- _Required action_
Reproduce exactly, and only, the lines running from the start of the entries below to the line containing "f 903 834 159".

- _Entries shown_
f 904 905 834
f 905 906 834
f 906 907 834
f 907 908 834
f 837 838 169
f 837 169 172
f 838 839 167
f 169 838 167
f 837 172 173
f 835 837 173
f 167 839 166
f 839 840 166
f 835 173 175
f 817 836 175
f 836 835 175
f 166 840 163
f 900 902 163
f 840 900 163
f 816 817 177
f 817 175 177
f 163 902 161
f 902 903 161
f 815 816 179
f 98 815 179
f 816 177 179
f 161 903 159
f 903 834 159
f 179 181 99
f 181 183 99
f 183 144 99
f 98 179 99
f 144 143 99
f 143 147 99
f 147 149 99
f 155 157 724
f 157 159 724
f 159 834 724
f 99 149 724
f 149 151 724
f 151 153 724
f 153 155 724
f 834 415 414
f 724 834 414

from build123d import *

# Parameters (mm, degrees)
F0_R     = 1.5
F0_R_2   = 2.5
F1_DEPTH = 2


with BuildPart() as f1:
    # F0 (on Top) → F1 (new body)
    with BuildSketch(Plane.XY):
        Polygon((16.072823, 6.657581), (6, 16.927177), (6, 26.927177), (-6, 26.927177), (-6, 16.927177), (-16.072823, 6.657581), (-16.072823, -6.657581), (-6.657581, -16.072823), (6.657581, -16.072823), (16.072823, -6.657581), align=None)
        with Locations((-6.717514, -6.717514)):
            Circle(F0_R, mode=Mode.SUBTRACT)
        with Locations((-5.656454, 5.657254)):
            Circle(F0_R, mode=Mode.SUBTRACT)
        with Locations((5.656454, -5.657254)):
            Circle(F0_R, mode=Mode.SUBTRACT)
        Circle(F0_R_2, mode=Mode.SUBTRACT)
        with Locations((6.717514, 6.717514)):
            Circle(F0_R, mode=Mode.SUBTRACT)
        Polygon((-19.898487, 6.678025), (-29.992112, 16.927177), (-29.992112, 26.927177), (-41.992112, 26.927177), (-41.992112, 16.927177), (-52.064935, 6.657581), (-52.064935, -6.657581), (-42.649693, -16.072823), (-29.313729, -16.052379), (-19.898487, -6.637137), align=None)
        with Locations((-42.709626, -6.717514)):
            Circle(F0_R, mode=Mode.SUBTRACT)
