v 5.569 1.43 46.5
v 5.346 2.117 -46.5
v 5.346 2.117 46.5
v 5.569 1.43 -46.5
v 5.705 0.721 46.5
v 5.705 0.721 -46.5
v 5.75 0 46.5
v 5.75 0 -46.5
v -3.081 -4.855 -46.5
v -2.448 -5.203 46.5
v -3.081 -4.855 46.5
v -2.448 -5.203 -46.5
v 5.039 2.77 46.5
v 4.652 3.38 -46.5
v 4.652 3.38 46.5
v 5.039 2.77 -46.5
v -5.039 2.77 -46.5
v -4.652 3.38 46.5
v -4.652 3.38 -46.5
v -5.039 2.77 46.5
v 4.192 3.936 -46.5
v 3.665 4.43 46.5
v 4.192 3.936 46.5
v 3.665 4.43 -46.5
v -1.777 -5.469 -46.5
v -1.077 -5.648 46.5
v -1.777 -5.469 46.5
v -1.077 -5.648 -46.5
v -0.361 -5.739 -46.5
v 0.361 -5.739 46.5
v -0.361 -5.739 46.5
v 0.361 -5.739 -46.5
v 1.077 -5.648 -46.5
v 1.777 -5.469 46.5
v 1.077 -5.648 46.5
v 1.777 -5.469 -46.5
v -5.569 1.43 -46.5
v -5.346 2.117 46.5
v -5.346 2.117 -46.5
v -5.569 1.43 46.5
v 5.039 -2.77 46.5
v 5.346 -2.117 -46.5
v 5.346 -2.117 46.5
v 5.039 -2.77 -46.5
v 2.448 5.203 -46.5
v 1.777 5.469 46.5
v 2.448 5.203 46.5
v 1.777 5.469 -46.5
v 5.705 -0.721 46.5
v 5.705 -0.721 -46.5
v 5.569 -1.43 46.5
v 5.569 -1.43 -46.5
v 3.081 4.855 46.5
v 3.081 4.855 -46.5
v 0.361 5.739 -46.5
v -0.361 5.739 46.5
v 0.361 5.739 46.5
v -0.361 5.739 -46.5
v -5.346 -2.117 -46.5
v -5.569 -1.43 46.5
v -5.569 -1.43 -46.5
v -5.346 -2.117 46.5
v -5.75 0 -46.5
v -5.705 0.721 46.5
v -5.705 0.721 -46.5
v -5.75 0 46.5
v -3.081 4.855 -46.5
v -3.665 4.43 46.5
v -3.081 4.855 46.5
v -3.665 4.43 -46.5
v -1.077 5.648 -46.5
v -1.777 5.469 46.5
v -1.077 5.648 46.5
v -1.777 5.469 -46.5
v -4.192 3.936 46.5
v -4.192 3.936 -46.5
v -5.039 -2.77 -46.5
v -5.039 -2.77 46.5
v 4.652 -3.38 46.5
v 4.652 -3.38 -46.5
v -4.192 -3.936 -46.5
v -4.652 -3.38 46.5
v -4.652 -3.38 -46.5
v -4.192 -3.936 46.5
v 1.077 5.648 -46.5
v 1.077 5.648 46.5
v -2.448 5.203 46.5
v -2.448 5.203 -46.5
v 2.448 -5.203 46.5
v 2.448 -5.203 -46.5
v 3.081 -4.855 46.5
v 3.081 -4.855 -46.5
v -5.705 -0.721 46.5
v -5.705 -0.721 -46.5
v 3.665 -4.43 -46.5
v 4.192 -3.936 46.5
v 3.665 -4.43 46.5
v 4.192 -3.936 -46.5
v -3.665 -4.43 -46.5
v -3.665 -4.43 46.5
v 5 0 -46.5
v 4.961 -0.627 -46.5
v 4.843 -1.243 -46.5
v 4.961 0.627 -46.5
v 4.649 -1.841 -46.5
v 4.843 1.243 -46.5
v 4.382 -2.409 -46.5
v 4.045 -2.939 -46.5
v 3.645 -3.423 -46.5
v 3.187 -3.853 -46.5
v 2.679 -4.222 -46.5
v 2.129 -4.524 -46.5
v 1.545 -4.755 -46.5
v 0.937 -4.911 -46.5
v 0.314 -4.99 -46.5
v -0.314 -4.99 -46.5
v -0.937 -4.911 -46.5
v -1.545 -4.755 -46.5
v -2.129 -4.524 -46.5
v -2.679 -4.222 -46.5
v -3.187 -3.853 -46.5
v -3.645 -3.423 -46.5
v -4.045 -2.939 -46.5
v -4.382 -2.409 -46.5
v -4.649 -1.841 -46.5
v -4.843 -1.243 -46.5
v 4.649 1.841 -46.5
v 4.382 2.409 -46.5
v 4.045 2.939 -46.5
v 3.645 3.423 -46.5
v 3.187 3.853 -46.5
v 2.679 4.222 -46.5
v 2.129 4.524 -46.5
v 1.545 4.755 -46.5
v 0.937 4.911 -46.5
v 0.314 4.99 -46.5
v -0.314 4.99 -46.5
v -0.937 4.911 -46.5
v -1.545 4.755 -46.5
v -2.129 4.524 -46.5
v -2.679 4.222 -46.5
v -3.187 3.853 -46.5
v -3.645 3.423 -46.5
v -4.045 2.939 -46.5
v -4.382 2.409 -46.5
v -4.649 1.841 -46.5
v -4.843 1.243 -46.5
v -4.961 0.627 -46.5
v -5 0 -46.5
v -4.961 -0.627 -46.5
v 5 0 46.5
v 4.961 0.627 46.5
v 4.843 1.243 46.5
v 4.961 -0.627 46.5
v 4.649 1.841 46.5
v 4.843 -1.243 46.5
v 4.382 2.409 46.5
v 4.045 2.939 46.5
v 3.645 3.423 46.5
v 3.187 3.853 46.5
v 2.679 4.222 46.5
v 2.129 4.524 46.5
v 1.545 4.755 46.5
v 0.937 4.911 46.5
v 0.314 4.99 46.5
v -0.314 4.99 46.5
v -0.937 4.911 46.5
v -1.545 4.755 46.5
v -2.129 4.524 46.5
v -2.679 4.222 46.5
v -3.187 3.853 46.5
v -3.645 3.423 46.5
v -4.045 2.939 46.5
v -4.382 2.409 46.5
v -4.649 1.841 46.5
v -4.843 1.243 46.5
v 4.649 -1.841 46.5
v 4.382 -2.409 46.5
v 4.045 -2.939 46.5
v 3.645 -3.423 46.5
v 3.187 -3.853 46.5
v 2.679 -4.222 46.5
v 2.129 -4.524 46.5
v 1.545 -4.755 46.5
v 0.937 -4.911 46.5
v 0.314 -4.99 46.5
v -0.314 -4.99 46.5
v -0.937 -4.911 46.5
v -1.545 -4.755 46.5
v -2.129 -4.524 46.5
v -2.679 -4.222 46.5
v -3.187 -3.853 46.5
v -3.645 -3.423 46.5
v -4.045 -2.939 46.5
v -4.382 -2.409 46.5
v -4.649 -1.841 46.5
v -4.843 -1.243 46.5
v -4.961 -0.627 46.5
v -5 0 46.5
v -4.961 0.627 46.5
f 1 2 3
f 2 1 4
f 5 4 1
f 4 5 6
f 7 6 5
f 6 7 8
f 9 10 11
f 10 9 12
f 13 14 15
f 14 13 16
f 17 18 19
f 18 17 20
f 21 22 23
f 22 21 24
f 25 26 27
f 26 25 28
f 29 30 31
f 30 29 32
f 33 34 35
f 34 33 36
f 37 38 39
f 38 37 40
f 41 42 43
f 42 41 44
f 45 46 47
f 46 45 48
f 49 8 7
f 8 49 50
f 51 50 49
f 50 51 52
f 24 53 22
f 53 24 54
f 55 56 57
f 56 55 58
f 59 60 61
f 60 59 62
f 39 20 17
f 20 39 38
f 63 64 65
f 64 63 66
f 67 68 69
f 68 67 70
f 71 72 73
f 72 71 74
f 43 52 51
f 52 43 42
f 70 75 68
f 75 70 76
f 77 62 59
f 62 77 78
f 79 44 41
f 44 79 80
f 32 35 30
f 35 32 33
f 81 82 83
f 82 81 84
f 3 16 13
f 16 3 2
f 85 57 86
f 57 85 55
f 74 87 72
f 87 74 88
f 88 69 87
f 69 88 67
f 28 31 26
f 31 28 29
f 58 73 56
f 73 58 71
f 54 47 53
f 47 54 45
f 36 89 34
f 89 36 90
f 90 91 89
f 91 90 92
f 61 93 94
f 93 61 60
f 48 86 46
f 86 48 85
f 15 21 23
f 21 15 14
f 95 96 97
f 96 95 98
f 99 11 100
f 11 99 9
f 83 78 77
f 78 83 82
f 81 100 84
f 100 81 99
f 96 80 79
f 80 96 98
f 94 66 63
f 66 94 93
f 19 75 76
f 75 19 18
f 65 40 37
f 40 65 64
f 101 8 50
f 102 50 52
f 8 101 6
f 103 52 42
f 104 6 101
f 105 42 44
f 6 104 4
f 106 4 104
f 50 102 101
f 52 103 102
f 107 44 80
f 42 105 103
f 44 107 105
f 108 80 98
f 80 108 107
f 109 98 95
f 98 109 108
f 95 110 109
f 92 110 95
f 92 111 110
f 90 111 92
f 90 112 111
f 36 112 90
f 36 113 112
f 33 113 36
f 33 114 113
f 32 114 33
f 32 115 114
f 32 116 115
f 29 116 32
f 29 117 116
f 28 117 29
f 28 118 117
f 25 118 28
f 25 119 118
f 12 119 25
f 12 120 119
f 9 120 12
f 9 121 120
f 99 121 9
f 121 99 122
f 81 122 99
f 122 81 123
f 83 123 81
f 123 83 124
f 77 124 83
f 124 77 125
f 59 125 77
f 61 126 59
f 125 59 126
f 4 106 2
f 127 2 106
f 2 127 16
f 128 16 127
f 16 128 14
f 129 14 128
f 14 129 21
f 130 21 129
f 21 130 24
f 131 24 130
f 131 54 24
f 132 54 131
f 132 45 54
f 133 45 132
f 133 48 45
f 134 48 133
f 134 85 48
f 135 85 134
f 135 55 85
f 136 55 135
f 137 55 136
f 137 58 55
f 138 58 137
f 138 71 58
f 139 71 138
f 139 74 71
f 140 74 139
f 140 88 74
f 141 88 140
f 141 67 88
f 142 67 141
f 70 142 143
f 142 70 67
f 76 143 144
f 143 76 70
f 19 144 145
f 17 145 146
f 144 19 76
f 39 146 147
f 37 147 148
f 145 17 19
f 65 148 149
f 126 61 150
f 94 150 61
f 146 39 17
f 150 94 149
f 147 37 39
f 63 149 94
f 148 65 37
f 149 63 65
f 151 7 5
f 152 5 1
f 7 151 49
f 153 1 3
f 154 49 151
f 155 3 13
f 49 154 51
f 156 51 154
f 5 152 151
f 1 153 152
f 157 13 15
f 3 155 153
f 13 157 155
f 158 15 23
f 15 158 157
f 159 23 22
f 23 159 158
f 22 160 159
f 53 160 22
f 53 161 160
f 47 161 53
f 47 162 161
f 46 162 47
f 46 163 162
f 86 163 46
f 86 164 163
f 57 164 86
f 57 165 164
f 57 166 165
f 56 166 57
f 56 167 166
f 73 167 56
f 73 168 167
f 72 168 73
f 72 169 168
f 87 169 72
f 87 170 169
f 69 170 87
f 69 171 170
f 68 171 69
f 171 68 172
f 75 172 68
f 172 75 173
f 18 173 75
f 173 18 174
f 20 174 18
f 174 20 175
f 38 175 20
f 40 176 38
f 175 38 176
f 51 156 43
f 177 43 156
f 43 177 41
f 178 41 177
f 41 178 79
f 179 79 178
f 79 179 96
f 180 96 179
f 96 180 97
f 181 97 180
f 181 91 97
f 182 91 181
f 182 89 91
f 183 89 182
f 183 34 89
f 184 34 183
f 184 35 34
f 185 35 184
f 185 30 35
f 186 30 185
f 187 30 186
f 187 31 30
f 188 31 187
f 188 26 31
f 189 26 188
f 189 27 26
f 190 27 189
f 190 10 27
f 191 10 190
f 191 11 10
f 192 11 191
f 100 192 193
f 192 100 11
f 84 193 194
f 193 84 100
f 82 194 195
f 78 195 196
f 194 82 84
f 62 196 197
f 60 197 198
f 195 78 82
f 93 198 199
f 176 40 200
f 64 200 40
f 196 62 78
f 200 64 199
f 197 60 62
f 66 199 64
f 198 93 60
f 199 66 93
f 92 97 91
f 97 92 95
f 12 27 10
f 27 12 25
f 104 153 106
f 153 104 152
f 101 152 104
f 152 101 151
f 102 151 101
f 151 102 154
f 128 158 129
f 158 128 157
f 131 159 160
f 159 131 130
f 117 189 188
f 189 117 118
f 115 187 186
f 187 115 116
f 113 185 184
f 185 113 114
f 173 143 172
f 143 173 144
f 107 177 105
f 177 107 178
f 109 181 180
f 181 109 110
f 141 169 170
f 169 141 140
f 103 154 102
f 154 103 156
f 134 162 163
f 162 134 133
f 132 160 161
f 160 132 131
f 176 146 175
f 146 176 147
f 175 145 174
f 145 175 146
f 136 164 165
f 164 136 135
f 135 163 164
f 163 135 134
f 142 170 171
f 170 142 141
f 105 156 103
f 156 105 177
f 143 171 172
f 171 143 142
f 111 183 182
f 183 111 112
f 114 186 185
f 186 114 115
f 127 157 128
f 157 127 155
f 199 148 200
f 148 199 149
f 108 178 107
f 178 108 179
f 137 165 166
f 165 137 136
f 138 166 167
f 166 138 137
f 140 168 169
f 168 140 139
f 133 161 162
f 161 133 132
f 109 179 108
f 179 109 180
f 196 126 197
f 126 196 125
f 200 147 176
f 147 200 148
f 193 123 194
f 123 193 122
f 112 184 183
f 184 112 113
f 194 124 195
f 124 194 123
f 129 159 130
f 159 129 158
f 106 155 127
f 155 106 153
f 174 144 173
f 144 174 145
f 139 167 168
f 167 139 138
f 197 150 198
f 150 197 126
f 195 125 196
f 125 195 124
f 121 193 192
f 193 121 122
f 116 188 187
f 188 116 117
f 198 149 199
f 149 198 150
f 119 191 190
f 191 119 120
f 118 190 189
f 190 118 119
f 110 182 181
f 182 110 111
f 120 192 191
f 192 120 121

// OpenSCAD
$fn = 50;


difference() {
	union() {
		translate(v = [0, 0, -46.5000000000]) {
			cylinder(h = 93, r = 5.7500000000);
		}
	}
	union() {
		translate(v = [0, 0, -100.0000000000]) {
			cylinder(h = 200, r = 5.0000000000);
		}
	}
}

- _Written answer_
f 904 905 834
f 905 906 834
f 906 907 834
f 907 908 834
f 837 838 169
f 837 169 172
f 838 839 167
f 169 838 167
f 837 172 173
f 835 837 173
f 167 839 166
f 839 840 166
f 835 173 175
f 817 836 175
f 836 835 175
f 166 840 163
f 900 902 163
f 840 900 163
f 816 817 177
f 817 175 177
f 163 902 161
f 902 903 161
f 815 816 179
f 98 815 179
f 816 177 179
f 161 903 159
f 903 834 159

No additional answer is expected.